The influence of venous thromboembolism on prognosis of esophageal cancer patients.

Cancers of the Esophagus and Stomach
Session Type and Session Title: 
Poster Session A: Cancers of the Esophagus and Stomach
Abstract Number: 


Poster Board Number: 
Poster Session A Board #G7
J Clin Oncol 34, 2016 (suppl 4S; abstr 29)
En Amada, Hiroya Takeuchi, Fumihiko Kato, Hirofumi Kawakubo, Kazumasa Fukuda, Rieko Nakamura, Tsunehiro Takahashi, Norihito Wada, Yuko Kitagawa; Department of Surgery, Keio University School of Medicine, Tokyo, Japan; Keio University School of Medicine, Tokyo, Japan

Abstract Disclosures


Background: Venous thromboembolism (VTE) is sometimes found in esophageal cancer patients who underwent surgical treatment. VTE contains deep vein thrombosis, pulmonary embolism and catheter-related thrombosis. Our previous study revealed that pre-therapeutic plasma fibrinogen level, C-reactive protein level, adenocarcinoma histology and neck lymph node dissection are the risk factors for venous thromboembolism in patients[Surg Today, 2015]. However, the correlation between VTE and prognosis is not clear in esophageal cancer.

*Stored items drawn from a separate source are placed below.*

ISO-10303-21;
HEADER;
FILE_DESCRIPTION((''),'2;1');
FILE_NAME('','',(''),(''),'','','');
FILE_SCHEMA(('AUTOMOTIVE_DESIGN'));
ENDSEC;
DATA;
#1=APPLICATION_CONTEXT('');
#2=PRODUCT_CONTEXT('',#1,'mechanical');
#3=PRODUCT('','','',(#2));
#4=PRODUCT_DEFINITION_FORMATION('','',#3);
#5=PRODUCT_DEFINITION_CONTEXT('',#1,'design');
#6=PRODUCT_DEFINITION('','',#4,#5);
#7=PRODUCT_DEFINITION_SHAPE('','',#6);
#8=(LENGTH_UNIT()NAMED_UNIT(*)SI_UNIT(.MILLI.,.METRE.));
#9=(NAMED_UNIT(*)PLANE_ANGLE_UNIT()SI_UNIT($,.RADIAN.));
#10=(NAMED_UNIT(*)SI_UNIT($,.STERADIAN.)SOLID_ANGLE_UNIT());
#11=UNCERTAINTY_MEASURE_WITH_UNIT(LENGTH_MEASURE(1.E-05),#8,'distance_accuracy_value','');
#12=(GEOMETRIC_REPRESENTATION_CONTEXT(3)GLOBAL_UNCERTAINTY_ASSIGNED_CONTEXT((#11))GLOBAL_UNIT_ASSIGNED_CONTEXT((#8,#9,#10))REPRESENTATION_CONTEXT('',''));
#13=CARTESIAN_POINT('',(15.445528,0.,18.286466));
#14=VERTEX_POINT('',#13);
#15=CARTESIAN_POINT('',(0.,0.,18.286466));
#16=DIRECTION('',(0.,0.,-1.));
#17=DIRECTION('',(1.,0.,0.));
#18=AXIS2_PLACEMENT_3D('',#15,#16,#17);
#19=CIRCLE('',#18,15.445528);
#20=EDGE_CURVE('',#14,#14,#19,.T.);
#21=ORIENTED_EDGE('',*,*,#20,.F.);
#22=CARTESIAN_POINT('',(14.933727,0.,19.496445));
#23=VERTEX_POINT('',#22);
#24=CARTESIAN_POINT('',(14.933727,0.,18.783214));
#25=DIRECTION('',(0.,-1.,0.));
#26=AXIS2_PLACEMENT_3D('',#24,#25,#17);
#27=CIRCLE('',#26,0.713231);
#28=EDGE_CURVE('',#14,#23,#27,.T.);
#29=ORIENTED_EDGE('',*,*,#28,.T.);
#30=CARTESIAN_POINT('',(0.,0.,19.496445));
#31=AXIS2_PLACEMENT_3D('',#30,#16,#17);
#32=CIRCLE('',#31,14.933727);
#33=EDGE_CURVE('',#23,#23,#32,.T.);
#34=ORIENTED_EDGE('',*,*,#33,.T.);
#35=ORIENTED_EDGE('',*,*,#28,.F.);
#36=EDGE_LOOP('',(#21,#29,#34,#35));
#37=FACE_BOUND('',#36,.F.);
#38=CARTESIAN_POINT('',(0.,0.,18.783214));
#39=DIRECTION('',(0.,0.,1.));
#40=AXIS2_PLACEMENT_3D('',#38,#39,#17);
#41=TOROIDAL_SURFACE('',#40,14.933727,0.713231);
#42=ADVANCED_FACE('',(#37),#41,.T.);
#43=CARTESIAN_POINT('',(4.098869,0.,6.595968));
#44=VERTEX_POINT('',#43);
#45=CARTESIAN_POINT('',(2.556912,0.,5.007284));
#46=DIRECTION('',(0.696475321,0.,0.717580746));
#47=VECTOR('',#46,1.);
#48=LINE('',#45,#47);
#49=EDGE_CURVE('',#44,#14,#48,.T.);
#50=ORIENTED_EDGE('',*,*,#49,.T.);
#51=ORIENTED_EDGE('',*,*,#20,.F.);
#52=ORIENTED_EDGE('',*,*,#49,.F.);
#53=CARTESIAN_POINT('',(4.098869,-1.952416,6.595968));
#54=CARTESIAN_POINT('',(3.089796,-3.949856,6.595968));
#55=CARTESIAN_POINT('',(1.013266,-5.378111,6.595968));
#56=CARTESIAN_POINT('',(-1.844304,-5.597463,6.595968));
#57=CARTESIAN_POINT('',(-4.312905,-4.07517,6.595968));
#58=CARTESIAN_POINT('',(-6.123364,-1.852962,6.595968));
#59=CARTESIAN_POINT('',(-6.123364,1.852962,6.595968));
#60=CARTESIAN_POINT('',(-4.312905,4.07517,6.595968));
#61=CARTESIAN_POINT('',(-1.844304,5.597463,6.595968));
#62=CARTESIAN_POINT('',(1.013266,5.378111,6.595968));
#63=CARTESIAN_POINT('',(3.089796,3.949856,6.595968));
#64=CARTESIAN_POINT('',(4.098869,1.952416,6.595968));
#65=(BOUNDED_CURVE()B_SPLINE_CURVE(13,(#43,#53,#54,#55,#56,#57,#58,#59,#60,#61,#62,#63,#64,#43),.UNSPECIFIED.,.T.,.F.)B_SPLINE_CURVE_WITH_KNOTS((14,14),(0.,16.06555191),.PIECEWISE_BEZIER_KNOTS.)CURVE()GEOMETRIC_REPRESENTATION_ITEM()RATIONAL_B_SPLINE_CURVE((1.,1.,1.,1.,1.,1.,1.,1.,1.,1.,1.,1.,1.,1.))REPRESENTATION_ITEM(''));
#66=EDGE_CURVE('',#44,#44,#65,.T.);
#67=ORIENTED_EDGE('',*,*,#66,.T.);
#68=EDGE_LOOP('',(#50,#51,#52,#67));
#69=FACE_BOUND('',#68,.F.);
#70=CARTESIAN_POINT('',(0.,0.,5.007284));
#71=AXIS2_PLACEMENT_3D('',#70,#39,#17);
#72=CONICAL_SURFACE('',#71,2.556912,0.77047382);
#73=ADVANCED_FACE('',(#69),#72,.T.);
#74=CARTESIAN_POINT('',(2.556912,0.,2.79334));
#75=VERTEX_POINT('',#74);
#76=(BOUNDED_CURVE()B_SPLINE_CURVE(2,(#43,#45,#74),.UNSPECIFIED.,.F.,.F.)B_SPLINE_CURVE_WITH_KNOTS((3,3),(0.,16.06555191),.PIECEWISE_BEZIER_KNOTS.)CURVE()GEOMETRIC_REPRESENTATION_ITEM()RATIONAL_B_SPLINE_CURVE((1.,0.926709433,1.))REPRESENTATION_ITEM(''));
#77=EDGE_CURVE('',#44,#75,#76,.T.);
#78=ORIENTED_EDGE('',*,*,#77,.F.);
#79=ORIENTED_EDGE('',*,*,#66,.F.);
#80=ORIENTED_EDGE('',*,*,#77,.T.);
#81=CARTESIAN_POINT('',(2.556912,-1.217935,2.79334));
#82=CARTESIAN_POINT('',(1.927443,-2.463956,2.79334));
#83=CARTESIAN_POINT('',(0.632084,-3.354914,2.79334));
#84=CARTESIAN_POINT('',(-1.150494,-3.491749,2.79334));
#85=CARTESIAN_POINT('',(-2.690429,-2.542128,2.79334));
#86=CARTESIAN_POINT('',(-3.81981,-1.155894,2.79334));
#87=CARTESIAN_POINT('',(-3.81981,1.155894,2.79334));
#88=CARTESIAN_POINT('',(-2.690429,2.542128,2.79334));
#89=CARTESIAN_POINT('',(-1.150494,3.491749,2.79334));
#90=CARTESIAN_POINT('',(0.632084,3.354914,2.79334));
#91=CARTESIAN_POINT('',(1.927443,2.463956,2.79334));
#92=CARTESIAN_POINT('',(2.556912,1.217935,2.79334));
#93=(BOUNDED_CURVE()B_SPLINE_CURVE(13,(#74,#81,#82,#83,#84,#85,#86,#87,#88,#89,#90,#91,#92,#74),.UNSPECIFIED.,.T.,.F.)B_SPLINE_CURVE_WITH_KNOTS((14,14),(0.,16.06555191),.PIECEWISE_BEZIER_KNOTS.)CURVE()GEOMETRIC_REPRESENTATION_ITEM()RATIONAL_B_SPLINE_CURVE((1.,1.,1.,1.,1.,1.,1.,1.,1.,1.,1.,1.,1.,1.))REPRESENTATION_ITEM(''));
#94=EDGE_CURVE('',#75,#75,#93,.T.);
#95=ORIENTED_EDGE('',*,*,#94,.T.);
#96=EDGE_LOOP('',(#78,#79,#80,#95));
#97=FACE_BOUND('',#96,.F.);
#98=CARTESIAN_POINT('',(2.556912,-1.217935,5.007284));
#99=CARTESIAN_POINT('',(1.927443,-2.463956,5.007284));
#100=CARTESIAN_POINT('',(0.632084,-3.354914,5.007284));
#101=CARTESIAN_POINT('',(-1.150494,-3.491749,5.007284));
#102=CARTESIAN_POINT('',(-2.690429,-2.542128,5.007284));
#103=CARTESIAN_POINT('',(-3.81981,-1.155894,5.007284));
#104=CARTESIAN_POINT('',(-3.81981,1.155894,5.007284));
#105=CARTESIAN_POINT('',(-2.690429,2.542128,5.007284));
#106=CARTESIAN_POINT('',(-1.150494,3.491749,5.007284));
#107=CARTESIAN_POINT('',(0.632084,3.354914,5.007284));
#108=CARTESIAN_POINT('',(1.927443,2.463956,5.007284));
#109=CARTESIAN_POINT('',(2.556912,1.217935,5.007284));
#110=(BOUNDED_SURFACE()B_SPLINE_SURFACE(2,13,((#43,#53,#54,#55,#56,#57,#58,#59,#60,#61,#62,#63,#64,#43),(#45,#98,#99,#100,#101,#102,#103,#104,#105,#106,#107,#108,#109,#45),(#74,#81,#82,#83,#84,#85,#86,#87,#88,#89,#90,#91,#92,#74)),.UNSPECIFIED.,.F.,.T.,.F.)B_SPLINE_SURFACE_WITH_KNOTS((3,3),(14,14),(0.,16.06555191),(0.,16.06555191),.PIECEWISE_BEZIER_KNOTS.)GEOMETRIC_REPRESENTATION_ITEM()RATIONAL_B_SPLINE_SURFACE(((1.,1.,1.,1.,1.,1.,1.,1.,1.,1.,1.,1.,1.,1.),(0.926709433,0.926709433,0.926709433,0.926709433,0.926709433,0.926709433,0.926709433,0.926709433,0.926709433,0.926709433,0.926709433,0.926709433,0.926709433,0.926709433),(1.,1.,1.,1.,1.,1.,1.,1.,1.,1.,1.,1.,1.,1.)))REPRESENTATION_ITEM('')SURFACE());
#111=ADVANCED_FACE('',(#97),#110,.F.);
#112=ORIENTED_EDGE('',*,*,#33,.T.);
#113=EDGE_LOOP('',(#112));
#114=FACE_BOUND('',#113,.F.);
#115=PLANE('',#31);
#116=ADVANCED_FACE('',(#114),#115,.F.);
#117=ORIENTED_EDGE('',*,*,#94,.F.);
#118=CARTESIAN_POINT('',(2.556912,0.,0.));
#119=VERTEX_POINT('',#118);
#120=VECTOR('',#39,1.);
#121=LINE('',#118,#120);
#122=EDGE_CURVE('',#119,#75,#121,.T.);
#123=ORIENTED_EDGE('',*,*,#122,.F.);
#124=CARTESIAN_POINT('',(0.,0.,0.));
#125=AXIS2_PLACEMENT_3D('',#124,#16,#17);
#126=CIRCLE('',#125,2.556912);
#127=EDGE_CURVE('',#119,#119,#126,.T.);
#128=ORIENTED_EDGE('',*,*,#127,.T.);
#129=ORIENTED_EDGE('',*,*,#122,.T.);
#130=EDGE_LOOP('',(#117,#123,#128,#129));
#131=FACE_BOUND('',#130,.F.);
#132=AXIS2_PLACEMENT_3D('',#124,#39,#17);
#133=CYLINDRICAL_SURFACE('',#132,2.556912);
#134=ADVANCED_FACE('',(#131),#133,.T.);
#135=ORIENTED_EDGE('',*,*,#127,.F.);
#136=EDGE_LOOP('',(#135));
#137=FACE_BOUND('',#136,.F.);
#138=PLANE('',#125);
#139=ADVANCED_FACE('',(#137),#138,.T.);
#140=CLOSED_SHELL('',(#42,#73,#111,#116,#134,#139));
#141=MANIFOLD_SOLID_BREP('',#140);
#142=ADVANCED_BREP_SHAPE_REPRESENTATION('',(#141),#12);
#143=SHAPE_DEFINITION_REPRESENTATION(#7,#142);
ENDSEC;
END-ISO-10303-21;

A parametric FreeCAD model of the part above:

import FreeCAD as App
import Part
import Sketcher


def edges_at(feature, points):
    """Names of the edges that pass closest to the given points."""
    edges = feature.Shape.Edges
    near = lambda p: min(range(len(edges)), key=lambda i: edges[i].distToShape(Part.Vertex(*p))[0])
    return sorted({f"Edge{near(p) + 1}" for p in points})


def add_polygon(sketch, points):
    """Adds a closed chain of lines whose ends are joined by coincident constraints."""
    first, n = sketch.GeometryCount, len(points)
    for a, b in zip(points, points[1:] + points[:1]):
        sketch.addGeometry(Part.LineSegment(App.Vector(*a, 0), App.Vector(*b, 0)), False)
    for i in range(n):
        sketch.addConstraint(Sketcher.Constraint("Coincident", first + i, 2, first + (i + 1) % n, 1))

doc = App.newDocument("Part")
body = doc.addObject("PartDesign::Body", "Body")

sketch1 = doc.addObject("Sketcher::SketchObject", "Sketch")
body.addObject(sketch1)
sketch1.AttachmentSupport = (doc.XZ_Plane, [""])
sketch1.MapMode = "FlatFace"
add_polygon(sketch1, [(0, 19.496445), (0, 0), (2.556912, 0), (2.556912, 5.007284), (16.619919, 19.496445)])
sketch1.addConstraint(Sketcher.Constraint("Vertical", 0))
sketch1.addConstraint(Sketcher.Constraint("Horizontal", 1))
sketch1.addConstraint(Sketcher.Constraint("Vertical", 2))
sketch1.addConstraint(Sketcher.Constraint("Horizontal", 4))
sketch1.addConstraint(Sketcher.Constraint("Coincident", 0, 2, -1, 1))
sketch1.addConstraint(Sketcher.Constraint("DistanceX", 4, 2, 4, 1, 16.619919))
sketch1.addConstraint(Sketcher.Constraint("Distance", 3, 20.19168))
sketch1.addConstraint(Sketcher.Constraint("DistanceX", 1, 1, 1, 2, 2.556912))
sketch1.addConstraint(Sketcher.Constraint("DistanceY", 0, 2, 0, 1, 19.496445))
revolution = doc.addObject("PartDesign::Revolution", "Revolution")
body.addObject(revolution)
revolution.Profile = sketch1
revolution.ReferenceAxis = (sketch1, ["V_Axis"])
revolution.Angle = 360
doc.recompute()

fillet = doc.addObject("PartDesign::Fillet", "Fillet")
body.addObject(fillet)
fillet.Base = (revolution, edges_at(revolution, [(-16.62, 0, 19.496)]))
fillet.Radius = 0.713231
doc.recompute()

fillet2 = doc.addObject("PartDesign::Fillet", "Fillet001")
body.addObject(fillet2)
fillet2.Base = (fillet, edges_at(fillet, [(-2.557, 0, 5.007)]))
fillet2.Radius = 5.459817

doc.recompute()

We hypothesized that VTE may have an impact on prognosis of esophageal cancer patients. Methods: One hundred and seventy-two patients who underwent radical esophagectomy from March 2008 to December 2012 in our hospital were reviewed in this study. The existence of VTE was assessed from the neck to the pelvis with computed tomography at the initial visit and after neo-adjuvant chemotherapy (NAC) and 6thpostoperative day. The patient and tumor characteristics, neo-adjuvant chemotherapy were compared between patients with VTE (VTE group) and those without VTE (non-VTE group). The primary outcome is disease-free survival (DFS) and the secondary outcome is overall survival (OS). Results: Twenty-one VTE events among 172 patients (12%) were observed. Six of which occurred preoperatively and were considered to be associated with NAC, 14 were detected postoperatively and one occurred just after inserting a peripherally inserted central catheter preoperatively. The VTE group and the non-VTE group have homogenous characteristics in patients’ backgrounds and tumor features. We found no significant difference in median DFS and OS between two groups. However, in patients with pathologically N 0 or 1(7thedition of UICC TNM classification, n = 157), the median DFS was significantly shorter in VTE group compared with non-VTE group (41 months versus 64 months, p = 0.04). The recurrence risk increased 50.9% in VTE group in comparison with non VTE group (p = 0.048). By using logistic regression analysis, we found that existence of VTE is an independent risk factor with Odd’s ratio 2.964 (p = 0.026). Conclusions: Our study suggests that VTE may be the risk factor for recurrence in esophageal cancer patients.